-- Assignment --
Go to the line holding "Line((5, 57.38), (5, 43))" in the entries below and write out exactly every line down to and including the line holding "# Chamfer002".

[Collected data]
****************************************

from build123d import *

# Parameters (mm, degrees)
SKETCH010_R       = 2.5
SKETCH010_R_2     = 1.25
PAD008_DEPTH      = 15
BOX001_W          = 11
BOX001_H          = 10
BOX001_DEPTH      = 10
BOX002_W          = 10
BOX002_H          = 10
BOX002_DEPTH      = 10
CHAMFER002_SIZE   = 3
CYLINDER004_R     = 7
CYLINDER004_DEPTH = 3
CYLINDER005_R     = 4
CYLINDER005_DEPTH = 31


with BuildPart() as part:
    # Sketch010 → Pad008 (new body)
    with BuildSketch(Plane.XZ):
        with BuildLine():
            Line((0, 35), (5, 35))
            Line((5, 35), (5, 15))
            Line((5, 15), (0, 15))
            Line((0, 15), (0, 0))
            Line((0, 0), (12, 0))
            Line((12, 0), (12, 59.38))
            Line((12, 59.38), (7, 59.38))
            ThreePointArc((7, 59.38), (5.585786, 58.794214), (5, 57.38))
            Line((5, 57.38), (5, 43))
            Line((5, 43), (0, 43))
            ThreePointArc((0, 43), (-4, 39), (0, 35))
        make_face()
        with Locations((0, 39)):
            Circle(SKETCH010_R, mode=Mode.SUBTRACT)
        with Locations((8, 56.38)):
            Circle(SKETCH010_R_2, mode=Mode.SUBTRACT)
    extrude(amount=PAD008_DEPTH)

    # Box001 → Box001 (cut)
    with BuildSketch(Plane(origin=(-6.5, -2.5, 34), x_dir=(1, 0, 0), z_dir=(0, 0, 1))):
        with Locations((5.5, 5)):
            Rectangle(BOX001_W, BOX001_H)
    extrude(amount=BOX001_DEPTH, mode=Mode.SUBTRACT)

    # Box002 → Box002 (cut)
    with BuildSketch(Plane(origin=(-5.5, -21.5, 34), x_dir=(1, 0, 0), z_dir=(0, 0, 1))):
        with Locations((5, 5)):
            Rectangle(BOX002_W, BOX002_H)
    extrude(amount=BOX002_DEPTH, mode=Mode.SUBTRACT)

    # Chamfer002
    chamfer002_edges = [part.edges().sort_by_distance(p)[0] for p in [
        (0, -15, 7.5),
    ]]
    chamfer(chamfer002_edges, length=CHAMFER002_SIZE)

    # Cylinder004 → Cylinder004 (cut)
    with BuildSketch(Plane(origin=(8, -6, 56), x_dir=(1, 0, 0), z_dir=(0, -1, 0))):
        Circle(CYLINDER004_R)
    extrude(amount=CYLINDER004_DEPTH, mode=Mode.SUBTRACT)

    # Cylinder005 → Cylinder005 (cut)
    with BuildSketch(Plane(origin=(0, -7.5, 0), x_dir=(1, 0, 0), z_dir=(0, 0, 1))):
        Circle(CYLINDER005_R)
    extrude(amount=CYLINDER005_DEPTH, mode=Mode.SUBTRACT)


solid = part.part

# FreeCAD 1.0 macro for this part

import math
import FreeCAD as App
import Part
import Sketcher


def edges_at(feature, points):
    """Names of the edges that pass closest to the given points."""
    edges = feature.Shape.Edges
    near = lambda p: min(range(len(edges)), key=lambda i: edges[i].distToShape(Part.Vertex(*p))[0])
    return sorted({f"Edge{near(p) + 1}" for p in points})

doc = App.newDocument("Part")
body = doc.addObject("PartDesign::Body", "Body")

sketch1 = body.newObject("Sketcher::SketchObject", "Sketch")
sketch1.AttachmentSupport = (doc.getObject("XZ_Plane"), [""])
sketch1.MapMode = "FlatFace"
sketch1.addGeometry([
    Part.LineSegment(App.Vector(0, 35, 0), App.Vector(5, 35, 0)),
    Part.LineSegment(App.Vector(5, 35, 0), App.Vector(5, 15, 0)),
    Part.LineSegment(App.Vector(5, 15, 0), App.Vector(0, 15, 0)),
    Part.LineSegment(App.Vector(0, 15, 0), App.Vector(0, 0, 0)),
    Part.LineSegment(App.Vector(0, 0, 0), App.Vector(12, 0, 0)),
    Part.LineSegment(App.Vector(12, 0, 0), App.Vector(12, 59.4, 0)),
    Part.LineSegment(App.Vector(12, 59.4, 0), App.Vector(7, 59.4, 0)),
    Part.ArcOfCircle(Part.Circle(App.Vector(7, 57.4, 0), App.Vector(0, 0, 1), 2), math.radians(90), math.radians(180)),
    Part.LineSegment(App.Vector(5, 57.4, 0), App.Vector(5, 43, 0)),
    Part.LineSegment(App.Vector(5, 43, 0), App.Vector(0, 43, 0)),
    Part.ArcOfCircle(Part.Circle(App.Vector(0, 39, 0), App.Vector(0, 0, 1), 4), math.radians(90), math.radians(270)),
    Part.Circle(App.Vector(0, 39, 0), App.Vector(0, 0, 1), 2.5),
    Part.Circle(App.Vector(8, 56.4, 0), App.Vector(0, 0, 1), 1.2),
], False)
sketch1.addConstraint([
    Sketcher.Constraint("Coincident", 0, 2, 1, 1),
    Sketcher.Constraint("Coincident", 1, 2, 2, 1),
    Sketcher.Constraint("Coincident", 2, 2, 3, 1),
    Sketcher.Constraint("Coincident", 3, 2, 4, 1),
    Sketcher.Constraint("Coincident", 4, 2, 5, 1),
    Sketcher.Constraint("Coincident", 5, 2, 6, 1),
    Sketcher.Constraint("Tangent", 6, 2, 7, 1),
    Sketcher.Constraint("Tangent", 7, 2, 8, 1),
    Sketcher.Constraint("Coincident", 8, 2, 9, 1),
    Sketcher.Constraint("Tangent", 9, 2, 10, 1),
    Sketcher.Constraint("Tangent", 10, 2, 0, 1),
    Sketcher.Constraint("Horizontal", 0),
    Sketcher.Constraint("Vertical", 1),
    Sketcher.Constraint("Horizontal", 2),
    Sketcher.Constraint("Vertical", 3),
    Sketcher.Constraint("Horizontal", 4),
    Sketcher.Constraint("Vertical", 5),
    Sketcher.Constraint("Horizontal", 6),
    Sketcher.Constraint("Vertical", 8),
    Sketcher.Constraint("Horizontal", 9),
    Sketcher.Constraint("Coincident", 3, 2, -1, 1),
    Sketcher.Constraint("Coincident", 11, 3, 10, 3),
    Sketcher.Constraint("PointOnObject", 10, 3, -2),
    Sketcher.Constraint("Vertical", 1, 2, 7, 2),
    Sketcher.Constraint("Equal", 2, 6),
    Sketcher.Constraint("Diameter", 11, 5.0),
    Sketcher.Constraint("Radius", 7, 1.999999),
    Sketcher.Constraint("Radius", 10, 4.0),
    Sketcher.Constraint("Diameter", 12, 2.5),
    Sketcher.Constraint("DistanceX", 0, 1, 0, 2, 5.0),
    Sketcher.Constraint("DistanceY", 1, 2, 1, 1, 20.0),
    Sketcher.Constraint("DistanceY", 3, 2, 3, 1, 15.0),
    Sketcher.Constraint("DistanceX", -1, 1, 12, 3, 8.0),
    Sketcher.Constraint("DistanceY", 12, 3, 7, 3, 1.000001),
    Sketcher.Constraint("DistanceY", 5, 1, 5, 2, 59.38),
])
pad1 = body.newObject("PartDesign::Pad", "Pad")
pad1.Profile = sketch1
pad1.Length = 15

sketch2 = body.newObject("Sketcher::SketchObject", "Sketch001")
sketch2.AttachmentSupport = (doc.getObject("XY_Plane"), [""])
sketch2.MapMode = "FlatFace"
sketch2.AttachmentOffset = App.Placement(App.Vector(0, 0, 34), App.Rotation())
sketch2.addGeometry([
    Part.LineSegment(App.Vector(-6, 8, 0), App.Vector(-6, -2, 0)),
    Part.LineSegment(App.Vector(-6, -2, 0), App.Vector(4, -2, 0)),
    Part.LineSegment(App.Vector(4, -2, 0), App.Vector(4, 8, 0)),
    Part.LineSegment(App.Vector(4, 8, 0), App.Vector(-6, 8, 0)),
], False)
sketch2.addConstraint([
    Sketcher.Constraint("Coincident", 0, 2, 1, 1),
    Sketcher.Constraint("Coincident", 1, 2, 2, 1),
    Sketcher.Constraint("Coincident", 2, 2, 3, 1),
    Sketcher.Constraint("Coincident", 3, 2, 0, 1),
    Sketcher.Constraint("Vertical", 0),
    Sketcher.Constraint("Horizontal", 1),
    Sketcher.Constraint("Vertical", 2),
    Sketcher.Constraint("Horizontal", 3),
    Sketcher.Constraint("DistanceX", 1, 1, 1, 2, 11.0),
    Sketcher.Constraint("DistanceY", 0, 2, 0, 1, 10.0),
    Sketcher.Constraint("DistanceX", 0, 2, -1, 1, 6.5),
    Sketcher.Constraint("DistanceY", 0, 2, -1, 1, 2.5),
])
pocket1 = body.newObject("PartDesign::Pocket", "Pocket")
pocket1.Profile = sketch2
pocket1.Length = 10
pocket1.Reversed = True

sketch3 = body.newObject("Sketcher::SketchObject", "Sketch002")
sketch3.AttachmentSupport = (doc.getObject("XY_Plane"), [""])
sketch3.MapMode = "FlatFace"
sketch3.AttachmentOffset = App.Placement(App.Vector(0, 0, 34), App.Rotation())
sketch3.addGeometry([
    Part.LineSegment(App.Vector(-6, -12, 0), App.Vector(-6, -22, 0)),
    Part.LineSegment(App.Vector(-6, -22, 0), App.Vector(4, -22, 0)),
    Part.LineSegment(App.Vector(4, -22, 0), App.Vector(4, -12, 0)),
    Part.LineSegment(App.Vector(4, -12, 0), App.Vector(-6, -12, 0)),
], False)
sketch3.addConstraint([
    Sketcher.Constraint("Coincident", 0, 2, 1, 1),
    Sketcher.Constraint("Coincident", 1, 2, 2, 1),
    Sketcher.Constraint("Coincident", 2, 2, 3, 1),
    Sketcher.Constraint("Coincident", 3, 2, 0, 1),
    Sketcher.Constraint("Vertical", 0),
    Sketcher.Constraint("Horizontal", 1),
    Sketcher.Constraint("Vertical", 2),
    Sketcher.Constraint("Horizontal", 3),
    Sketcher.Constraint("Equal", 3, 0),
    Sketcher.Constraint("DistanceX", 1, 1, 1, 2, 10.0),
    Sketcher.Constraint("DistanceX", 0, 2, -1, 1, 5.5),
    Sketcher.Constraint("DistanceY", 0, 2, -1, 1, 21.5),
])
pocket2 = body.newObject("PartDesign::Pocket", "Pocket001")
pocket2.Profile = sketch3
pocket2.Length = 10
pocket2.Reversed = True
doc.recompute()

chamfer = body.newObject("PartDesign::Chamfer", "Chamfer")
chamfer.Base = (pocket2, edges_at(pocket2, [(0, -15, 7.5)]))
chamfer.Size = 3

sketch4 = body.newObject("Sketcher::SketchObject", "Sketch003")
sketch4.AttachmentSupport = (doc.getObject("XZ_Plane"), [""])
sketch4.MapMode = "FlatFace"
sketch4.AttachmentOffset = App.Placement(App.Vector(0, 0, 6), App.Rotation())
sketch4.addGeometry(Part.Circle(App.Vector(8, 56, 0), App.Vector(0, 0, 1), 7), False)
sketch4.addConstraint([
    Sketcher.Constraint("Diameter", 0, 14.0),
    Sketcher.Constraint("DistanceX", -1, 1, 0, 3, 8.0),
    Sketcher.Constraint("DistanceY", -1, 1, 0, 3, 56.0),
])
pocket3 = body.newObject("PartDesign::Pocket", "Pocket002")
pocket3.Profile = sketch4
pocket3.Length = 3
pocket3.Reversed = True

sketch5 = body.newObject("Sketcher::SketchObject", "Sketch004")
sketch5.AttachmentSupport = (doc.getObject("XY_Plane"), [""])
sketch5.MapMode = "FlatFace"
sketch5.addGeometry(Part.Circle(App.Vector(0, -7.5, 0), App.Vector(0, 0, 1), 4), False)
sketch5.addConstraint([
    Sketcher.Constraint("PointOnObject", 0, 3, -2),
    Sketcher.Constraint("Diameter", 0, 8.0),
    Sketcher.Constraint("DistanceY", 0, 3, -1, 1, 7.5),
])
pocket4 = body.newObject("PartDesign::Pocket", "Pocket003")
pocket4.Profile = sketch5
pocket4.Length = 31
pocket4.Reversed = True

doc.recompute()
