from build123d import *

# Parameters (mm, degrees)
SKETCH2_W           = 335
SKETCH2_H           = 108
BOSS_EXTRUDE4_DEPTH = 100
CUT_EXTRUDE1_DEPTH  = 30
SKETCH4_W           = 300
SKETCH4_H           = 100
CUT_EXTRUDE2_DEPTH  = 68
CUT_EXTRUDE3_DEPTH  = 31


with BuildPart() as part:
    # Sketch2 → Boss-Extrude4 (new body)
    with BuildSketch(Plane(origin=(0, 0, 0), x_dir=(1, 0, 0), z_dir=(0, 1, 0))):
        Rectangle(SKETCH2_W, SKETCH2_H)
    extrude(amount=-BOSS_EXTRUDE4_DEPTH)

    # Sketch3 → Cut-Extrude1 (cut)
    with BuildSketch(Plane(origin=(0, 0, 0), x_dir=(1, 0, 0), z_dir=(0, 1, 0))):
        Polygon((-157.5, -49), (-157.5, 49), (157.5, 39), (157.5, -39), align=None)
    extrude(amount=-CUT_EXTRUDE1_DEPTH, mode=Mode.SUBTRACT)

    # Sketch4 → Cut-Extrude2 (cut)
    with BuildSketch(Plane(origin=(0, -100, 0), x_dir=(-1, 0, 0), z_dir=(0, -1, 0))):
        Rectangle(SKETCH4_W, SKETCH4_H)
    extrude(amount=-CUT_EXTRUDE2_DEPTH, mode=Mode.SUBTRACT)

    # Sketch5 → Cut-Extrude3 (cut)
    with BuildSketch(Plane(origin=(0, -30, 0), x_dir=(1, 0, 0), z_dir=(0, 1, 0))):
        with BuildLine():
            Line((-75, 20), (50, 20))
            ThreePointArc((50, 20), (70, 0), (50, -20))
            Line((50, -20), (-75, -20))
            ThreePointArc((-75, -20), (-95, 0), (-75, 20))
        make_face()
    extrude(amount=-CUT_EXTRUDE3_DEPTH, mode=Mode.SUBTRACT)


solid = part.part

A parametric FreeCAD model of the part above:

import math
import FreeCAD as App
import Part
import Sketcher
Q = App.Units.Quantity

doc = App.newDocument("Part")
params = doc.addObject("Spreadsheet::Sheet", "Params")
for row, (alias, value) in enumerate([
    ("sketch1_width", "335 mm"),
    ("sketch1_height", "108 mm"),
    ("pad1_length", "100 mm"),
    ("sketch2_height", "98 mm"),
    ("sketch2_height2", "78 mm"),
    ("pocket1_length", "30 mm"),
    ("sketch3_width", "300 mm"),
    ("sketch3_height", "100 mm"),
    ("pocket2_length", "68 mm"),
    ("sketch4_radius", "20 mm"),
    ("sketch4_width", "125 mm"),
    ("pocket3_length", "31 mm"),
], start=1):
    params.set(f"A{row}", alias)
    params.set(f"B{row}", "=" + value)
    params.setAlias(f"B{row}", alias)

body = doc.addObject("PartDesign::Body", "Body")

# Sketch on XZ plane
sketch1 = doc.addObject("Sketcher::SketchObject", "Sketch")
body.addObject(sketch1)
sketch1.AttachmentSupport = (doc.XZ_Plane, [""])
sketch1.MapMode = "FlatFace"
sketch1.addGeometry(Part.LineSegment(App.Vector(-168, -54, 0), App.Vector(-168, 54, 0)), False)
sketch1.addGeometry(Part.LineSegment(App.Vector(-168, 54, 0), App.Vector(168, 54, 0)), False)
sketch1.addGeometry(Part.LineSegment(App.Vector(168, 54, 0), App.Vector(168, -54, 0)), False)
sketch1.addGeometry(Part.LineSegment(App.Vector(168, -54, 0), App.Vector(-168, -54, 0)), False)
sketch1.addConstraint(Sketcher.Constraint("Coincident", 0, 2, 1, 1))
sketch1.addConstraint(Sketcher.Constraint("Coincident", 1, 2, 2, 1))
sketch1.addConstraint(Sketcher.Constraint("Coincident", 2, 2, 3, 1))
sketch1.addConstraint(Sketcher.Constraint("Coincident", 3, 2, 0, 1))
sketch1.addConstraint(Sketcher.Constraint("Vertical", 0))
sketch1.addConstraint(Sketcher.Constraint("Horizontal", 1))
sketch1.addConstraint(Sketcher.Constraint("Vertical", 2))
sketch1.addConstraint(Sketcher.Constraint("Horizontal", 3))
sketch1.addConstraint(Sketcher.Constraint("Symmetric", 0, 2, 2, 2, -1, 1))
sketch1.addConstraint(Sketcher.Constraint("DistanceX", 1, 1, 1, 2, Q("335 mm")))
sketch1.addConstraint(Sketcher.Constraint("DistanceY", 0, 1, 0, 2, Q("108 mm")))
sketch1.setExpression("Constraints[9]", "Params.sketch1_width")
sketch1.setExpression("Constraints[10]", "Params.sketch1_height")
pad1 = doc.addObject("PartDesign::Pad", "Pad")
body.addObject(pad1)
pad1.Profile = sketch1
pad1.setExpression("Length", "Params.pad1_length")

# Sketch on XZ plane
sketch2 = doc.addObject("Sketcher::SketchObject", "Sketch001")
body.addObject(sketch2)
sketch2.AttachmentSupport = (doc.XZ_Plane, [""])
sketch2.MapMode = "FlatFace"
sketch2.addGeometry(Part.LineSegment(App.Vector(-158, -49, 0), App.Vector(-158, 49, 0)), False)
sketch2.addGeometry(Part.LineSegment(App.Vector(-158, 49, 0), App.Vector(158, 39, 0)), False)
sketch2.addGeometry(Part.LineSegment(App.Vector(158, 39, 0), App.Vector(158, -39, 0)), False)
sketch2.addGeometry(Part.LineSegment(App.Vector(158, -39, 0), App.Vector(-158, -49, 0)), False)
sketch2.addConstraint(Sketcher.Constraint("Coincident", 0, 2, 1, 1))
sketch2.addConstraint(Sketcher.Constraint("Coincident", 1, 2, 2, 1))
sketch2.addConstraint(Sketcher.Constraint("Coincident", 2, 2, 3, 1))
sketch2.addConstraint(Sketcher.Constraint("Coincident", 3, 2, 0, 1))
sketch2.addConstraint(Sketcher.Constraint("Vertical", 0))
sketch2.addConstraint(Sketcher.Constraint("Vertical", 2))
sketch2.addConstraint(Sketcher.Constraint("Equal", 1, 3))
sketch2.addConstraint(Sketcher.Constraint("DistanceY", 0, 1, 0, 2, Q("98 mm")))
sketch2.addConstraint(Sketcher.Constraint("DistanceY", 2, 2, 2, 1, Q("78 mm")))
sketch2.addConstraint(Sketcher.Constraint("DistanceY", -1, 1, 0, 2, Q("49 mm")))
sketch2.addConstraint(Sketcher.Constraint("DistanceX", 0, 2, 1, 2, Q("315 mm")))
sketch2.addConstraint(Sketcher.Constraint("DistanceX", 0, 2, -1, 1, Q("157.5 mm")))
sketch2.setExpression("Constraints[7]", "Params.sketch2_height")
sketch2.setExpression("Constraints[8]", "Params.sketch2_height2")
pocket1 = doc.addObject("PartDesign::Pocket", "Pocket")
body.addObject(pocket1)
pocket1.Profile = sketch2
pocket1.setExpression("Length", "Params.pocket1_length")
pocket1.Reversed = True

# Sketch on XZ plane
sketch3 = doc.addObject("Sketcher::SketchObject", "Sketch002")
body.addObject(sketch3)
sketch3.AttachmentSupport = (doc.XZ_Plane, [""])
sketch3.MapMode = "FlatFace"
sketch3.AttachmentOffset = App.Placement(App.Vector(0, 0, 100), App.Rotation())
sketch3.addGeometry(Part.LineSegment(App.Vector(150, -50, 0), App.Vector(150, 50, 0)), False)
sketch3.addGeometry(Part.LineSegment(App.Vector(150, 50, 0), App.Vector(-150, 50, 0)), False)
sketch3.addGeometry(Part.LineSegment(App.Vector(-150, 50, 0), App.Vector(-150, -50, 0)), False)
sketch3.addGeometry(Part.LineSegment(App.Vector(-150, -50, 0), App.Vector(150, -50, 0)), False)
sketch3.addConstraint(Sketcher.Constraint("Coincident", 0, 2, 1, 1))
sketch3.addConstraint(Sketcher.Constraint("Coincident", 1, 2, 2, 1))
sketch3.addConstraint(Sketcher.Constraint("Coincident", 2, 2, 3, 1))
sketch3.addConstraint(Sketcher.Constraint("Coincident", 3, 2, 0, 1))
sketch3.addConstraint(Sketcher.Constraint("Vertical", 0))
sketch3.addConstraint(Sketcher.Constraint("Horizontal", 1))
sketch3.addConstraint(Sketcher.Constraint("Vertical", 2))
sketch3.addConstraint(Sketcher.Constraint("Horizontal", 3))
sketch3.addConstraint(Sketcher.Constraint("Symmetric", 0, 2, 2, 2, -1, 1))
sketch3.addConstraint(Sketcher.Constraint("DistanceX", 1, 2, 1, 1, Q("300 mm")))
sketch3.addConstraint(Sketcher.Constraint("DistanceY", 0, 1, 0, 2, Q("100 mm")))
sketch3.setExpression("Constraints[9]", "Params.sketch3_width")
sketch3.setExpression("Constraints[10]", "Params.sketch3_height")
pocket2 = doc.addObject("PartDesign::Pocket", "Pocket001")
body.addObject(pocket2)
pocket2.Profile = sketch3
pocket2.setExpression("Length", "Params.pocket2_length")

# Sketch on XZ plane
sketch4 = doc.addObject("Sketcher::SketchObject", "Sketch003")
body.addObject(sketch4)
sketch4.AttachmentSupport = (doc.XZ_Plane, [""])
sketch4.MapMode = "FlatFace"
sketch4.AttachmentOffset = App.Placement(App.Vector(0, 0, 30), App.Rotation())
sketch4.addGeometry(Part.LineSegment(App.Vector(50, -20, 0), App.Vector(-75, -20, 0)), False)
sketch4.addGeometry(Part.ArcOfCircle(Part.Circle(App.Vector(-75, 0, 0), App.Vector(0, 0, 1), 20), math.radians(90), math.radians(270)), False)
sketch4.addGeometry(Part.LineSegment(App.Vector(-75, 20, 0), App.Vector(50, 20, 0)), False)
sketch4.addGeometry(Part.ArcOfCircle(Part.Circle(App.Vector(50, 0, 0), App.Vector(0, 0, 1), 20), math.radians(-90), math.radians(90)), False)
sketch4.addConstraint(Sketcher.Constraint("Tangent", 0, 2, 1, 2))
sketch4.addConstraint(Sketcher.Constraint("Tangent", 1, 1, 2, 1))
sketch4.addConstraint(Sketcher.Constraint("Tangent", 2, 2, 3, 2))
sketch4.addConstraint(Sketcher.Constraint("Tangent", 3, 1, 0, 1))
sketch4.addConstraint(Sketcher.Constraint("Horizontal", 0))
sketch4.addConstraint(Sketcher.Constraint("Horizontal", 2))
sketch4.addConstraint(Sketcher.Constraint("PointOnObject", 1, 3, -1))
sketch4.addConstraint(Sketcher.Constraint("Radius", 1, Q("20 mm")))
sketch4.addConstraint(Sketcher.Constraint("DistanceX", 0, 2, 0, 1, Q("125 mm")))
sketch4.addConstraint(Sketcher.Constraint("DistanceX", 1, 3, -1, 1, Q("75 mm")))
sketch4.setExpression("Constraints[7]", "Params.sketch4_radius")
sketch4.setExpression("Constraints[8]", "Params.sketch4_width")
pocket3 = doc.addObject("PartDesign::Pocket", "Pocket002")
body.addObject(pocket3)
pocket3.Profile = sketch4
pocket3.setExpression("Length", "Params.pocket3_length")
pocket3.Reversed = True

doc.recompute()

****************************************

-- Your response --
            Line((5, 57.38), (5, 43))
            Line((5, 43), (0, 43))
            ThreePointArc((0, 43), (-4, 39), (0, 35))
        make_face()
        with Locations((0, 39)):
            Circle(SKETCH010_R, mode=Mode.SUBTRACT)
        with Locations((8, 56.38)):
            Circle(SKETCH010_R_2, mode=Mode.SUBTRACT)
    extrude(amount=PAD008_DEPTH)

    # Box001 → Box001 (cut)
    with BuildSketch(Plane(origin=(-6.5, -2.5, 34), x_dir=(1, 0, 0), z_dir=(0, 0, 1))):
        with Locations((5.5, 5)):
            Rectangle(BOX001_W, BOX001_H)
    extrude(amount=BOX001_DEPTH, mode=Mode.SUBTRACT)

    # Box002 → Box002 (cut)
    with BuildSketch(Plane(origin=(-5.5, -21.5, 34), x_dir=(1, 0, 0), z_dir=(0, 0, 1))):
        with Locations((5, 5)):
            Rectangle(BOX002_W, BOX002_H)
    extrude(amount=BOX002_DEPTH, mode=Mode.SUBTRACT)

    # Chamfer002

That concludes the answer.